Spring isn't that far away so I'd make contact with breeders now. Go to www.americanmaltese.org and look at the breeder list. There are a lot of good breeders in Michigan and Illinois.

Good luck with their search.

Cathy


----------



## Ladysmom (Oct 19, 2004)

It is definately not too early to start looking for a breeder. We've had members whose search has taken a year. The good breeders, the reputable ones, usually have a waiting list, especially for females. Often a litter will be all one sex, too, or may only be one puppy.

We have a couple of members who have gotten puppies form Tamar Maltese and been very pleased:

http://www.jvlnet.com/~thauptman/


----------



## The A Team (Dec 1, 2005)

By all means, start looking now! Look for reputable breeders and contact them now. They don't always have pups available! 

There was a post on this forum on "who's your favorite breeder" - you might want to search for that and read it. Different breeders have different looks to their malts. That's the way I'm going the next time I'm ready for a pup.


----------



## linsty (Nov 19, 2007)

Thanks for the responses!! I just emailed a few. Hopefully i will get some replies soon!


----------



## carrie (Aug 24, 2004)

i looked at breeders for a solid year before i decided on getting another malt. it's never to early to look! :biggrin:


----------



## bellaratamaltese (May 24, 2006)

yes i have to agree, it's definitely not too early! Good luck with your search and keep us posted!


----------



## mom2bijou (Oct 19, 2006)

I agree....start making contacts now. You never know how long the wait can be. With both Ben and Emma I got lucky. They both came from reputable breeders and when I called each of their breeders, they told me they would be available w/in a few weeks. I got especially lucky w/Emma b/c I expected her wait to be like a year....and to my surprise she was available w/in the month! But you never know...it could be quick, it could take months. Good luck with getting your new pup!!!!


----------



## Furbaby's Mommie (Jul 10, 2004)

> It is definately not too early to start looking for a breeder. We've had members whose search has taken a year. The good breeders, the reputable ones, usually have a waiting list, especially for females. Often a litter will be all one sex, too, or may only be one puppy.
> 
> We have a couple of members who have gotten puppies form Tamar Maltese and been very pleased:
> 
> http://www.jvlnet.com/~thauptman/[/B]


Marj, is this Tammy someone we know here? The dogs on the website are mostly born 9 yrs. ago, so surely there are different breeding dogs now.


----------



## Cosy (Feb 9, 2006)

> > index.php?act=findpost&pid=471732
> 
> 
> 
> ...



I noticed that too. I wonder if they're even still breeding.


----------



## Ladysmom (Oct 19, 2004)

Kristi, Lexi and Nikki's mom, got her Nikki from Tammy just a couple of years ago. She's our #3 poster, but she doesn't post here much anymore.

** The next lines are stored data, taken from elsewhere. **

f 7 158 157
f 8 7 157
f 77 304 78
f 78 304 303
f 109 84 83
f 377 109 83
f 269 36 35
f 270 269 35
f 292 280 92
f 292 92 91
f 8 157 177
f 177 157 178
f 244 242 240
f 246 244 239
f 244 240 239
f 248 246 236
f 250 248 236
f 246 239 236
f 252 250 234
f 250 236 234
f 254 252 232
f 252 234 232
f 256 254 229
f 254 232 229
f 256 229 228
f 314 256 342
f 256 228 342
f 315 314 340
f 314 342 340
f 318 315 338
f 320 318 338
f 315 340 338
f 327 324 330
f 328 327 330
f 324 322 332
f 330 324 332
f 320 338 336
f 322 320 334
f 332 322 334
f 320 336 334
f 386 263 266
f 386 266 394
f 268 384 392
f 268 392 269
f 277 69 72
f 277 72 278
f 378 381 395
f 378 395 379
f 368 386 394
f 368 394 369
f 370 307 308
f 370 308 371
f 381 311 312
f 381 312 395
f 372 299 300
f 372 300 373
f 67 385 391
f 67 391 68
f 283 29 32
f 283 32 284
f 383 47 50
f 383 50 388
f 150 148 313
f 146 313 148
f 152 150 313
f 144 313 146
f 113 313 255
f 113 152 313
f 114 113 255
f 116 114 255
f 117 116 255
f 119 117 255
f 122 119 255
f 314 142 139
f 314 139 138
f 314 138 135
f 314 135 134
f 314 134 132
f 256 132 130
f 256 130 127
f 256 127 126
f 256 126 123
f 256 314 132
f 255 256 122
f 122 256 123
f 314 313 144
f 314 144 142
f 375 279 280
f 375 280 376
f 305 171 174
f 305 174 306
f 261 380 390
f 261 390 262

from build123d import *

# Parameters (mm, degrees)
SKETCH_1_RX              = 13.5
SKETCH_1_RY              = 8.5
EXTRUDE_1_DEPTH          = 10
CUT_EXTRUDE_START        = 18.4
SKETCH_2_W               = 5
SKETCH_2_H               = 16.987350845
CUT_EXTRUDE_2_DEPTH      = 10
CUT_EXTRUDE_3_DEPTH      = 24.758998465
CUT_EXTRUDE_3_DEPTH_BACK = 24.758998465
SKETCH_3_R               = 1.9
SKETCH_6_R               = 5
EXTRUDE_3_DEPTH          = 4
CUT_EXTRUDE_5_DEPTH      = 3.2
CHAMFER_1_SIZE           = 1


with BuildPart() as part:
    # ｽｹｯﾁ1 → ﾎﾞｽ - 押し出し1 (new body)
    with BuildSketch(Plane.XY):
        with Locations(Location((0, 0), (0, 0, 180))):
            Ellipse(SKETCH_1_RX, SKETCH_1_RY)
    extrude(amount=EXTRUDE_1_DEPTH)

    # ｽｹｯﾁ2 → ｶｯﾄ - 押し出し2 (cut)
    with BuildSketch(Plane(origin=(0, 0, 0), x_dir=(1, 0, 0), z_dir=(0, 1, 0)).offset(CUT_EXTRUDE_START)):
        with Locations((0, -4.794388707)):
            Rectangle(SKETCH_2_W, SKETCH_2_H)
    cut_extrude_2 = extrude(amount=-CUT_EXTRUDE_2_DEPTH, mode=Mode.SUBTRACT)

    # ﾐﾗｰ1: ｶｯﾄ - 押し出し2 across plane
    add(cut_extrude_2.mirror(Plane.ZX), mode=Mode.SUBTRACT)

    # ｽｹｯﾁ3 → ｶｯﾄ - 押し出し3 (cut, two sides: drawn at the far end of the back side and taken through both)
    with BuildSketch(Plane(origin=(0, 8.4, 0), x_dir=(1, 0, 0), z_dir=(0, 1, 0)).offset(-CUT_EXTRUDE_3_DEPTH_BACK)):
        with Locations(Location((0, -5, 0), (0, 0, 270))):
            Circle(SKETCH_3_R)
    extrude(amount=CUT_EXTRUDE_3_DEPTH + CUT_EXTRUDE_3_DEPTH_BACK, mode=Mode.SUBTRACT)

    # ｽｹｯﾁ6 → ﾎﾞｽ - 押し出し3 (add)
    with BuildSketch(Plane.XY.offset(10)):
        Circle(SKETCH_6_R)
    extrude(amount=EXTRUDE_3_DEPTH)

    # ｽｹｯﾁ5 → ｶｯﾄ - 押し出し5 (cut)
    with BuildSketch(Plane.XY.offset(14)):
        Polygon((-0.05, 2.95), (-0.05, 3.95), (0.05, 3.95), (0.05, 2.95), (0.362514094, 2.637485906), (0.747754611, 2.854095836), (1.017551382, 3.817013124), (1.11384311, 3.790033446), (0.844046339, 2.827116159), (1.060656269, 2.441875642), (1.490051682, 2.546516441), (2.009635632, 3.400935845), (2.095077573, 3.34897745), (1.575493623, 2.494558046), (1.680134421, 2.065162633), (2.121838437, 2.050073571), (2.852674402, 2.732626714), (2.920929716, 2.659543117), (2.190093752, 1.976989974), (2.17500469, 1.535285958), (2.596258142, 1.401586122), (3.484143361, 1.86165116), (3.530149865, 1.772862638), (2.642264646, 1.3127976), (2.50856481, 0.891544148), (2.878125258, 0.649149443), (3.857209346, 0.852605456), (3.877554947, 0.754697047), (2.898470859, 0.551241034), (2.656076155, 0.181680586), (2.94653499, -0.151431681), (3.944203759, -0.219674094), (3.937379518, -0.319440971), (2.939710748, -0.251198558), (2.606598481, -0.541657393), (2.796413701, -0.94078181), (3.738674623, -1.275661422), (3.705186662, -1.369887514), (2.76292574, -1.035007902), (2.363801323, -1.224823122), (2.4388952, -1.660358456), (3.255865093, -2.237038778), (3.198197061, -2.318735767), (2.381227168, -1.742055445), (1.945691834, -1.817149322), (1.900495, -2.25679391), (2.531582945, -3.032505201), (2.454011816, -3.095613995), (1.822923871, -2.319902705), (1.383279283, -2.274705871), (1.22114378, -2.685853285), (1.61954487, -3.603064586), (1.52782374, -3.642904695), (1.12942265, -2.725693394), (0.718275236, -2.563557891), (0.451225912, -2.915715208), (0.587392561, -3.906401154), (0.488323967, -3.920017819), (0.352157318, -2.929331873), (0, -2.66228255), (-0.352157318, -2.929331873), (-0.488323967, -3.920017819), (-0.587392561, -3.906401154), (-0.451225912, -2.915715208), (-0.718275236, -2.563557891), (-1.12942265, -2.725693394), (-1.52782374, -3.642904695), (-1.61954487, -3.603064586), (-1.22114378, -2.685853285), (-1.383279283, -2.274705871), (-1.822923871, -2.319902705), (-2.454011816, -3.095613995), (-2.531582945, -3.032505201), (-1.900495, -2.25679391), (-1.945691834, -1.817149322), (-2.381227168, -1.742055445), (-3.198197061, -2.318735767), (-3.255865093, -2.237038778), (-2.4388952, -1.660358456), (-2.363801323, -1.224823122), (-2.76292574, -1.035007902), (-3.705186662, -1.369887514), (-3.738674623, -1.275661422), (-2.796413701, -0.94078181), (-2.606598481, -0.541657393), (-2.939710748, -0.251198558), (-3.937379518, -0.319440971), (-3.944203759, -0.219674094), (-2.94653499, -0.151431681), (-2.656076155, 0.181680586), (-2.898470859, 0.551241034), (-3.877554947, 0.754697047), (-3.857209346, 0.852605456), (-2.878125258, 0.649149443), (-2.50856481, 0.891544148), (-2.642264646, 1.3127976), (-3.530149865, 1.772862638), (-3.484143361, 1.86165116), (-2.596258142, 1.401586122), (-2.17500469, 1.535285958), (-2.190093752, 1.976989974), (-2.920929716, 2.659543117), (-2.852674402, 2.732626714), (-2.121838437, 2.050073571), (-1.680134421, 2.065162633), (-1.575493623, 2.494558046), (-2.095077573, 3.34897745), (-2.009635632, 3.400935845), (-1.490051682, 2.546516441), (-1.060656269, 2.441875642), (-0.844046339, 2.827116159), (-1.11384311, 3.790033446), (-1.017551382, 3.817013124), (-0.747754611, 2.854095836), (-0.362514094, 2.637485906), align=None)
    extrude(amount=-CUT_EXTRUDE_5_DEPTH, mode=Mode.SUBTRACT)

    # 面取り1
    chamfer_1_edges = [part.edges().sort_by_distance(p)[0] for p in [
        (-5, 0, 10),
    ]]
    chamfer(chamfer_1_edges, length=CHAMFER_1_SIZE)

Tammy's name is still on the current AMA breeder list, too.


----------



## 1malt4me (Oct 6, 2006)

I started doing my research about 6months in advance. I looked at sites and found the person who appealed to me the most. After I narrowed it down I called the 2 or 3 names I had and spoke to each one on the phone. At the time Josy didn't have anyone available but I waited for one of her pups because I really felt good about her. I got my baby from Josymir Maltese and I couldn't be happier.

A lot of times they don't have anything available so be willing to wait. Getting the right puppy from a good breeder is very important.
Good luck


----------



## Ladysmom (Oct 19, 2004)

> I started doing my research about 6months in advance. I looked at sites and found the person who appealed to me the most. After I narrowed it down I called the 2 or 3 names I had and spoke to each one on the phone. At the time Josy didn't have anyone available but I waited for one of her pups because I really felt good about her. I got my baby from Josymir Maltese and I couldn't be happier.
> 
> A lot of times they don't have anything available so be willing to wait. Getting the right puppy from a good breeder is very important.
> Good luck[/B]


You'll have to post a picture of your puppy. I have fallen in love with Garrettsmom's Winnie who is also from Josy.


----------



## 1malt4me (Oct 6, 2006)

> > index.php?act=findpost&pid=474645
> 
> 
> 
> ...


how do you add a picture into the message?


----------